Test instructions:, the coordinates of P, Q, r three points are given, AB, BC, ac are divided into m1:m2, M3:M4, and E by the points F, D, and C, and the values of M1~M6 are given, and the coordinates of the three vertices A, B and D of ABC are obtained.

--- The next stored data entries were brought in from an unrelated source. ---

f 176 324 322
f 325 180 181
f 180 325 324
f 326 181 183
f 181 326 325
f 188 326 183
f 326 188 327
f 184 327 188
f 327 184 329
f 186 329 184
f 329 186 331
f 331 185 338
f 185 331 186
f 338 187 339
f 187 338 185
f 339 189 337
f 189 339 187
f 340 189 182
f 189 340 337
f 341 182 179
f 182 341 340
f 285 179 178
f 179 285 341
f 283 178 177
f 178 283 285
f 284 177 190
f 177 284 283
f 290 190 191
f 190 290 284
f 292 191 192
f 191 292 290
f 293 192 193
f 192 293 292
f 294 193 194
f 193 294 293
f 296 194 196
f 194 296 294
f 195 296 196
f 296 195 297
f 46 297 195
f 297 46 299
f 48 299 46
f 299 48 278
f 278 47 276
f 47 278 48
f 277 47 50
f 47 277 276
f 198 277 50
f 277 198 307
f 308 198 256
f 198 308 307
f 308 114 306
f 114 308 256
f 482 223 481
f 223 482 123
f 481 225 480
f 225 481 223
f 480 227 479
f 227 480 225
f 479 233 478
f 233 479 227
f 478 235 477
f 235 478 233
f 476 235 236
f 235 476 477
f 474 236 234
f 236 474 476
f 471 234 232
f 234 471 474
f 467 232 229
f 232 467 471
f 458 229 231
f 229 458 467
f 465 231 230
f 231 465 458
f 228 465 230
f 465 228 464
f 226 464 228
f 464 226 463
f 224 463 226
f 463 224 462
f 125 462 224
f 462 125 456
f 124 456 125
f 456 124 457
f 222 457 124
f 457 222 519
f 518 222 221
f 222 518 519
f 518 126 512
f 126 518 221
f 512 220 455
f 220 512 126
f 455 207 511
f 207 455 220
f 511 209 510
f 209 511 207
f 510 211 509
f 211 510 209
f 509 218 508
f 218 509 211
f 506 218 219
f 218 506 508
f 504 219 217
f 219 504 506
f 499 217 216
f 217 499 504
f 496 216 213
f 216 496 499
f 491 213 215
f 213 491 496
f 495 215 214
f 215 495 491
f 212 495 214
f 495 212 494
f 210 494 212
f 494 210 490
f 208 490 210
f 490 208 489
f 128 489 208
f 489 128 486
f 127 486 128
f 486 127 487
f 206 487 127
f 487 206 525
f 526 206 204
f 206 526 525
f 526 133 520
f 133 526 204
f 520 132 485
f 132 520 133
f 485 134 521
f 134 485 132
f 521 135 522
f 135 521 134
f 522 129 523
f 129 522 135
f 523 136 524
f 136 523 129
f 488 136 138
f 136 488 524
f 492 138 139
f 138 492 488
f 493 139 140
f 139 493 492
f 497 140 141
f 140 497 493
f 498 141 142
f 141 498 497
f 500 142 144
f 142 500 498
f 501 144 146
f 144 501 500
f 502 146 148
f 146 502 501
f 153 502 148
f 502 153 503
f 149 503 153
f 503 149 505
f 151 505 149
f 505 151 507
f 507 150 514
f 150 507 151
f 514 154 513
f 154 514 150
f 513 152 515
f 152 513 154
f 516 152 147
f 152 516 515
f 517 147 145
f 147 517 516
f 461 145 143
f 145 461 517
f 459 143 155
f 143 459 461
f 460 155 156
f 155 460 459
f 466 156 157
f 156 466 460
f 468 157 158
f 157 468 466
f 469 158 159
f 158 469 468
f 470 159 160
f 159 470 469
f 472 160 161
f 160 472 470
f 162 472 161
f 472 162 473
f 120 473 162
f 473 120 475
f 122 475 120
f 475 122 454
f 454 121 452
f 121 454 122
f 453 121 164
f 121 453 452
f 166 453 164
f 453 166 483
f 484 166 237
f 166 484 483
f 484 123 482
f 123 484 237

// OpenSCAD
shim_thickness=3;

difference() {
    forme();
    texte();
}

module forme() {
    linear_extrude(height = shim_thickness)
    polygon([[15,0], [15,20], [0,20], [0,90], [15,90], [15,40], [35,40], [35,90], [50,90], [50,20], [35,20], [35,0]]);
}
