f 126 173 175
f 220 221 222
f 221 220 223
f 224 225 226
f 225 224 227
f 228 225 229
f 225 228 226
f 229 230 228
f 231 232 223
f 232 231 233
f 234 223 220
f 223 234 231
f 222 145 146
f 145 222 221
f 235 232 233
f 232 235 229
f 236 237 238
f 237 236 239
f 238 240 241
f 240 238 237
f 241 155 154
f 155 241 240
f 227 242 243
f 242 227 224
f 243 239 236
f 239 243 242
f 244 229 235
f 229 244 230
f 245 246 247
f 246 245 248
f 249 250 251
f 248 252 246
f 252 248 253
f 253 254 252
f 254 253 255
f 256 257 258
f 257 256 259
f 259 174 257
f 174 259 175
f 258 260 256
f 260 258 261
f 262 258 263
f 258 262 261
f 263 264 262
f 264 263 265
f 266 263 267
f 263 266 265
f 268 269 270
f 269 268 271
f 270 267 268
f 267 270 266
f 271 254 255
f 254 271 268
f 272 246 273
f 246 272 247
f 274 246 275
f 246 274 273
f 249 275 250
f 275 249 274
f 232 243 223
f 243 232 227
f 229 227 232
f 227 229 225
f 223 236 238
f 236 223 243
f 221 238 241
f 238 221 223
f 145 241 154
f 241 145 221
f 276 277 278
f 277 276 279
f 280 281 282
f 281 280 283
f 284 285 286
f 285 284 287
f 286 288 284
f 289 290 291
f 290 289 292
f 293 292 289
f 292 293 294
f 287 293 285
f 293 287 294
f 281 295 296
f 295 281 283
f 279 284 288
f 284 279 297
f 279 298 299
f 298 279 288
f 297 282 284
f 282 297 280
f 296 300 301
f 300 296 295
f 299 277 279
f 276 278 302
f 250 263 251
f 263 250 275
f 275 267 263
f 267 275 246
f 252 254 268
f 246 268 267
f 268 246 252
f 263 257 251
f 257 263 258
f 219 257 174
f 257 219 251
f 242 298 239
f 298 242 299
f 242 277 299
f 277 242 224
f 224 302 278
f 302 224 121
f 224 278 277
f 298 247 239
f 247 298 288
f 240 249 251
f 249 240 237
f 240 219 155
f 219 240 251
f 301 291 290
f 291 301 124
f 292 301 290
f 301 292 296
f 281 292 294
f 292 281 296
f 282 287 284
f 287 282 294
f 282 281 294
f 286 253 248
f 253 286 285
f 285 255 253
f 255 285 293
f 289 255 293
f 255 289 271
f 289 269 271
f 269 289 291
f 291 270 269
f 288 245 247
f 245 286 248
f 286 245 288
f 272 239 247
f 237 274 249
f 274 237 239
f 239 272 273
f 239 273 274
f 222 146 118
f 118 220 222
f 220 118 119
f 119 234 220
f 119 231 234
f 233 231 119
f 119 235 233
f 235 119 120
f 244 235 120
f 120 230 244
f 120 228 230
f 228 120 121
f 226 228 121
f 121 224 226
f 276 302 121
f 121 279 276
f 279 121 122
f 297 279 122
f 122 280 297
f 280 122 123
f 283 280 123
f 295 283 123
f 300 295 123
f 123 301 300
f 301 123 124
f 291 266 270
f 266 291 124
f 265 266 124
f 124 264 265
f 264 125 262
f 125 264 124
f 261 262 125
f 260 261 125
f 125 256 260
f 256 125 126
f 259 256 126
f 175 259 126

The puzzle: According to the Meneraus theorem, if there are two triangles that are composed of:
Conclusion: (BD/DC) x (ce/ea) x (AF/FB) =1
To prove the omission, the direct use of the conclusion, the triangle given in the title has 6 sets of such triangles, respectively, can be introduced in the following two sides of the ratio:
CBQ and Cdr--> Dp/cq
BAP and Bfq--> FR/BP
ACR and Ape--> Qe/ar
CBE and Cda--> Dp/pa
Bad and bfc--> FR/CR
ACF and Aeb--> EQ/BQ
Set DP to X, you can all the edges are expressed as about the X, and finally push back to DP, is a one-time equation about X, directly solve the equation on the length of the DP, and then the length of all sides can be obtained, in order to get the coordinates of a, B, C, Let the point r in the direction of the vector pr to move ar distance to get a, the remaining two points similar to arrive.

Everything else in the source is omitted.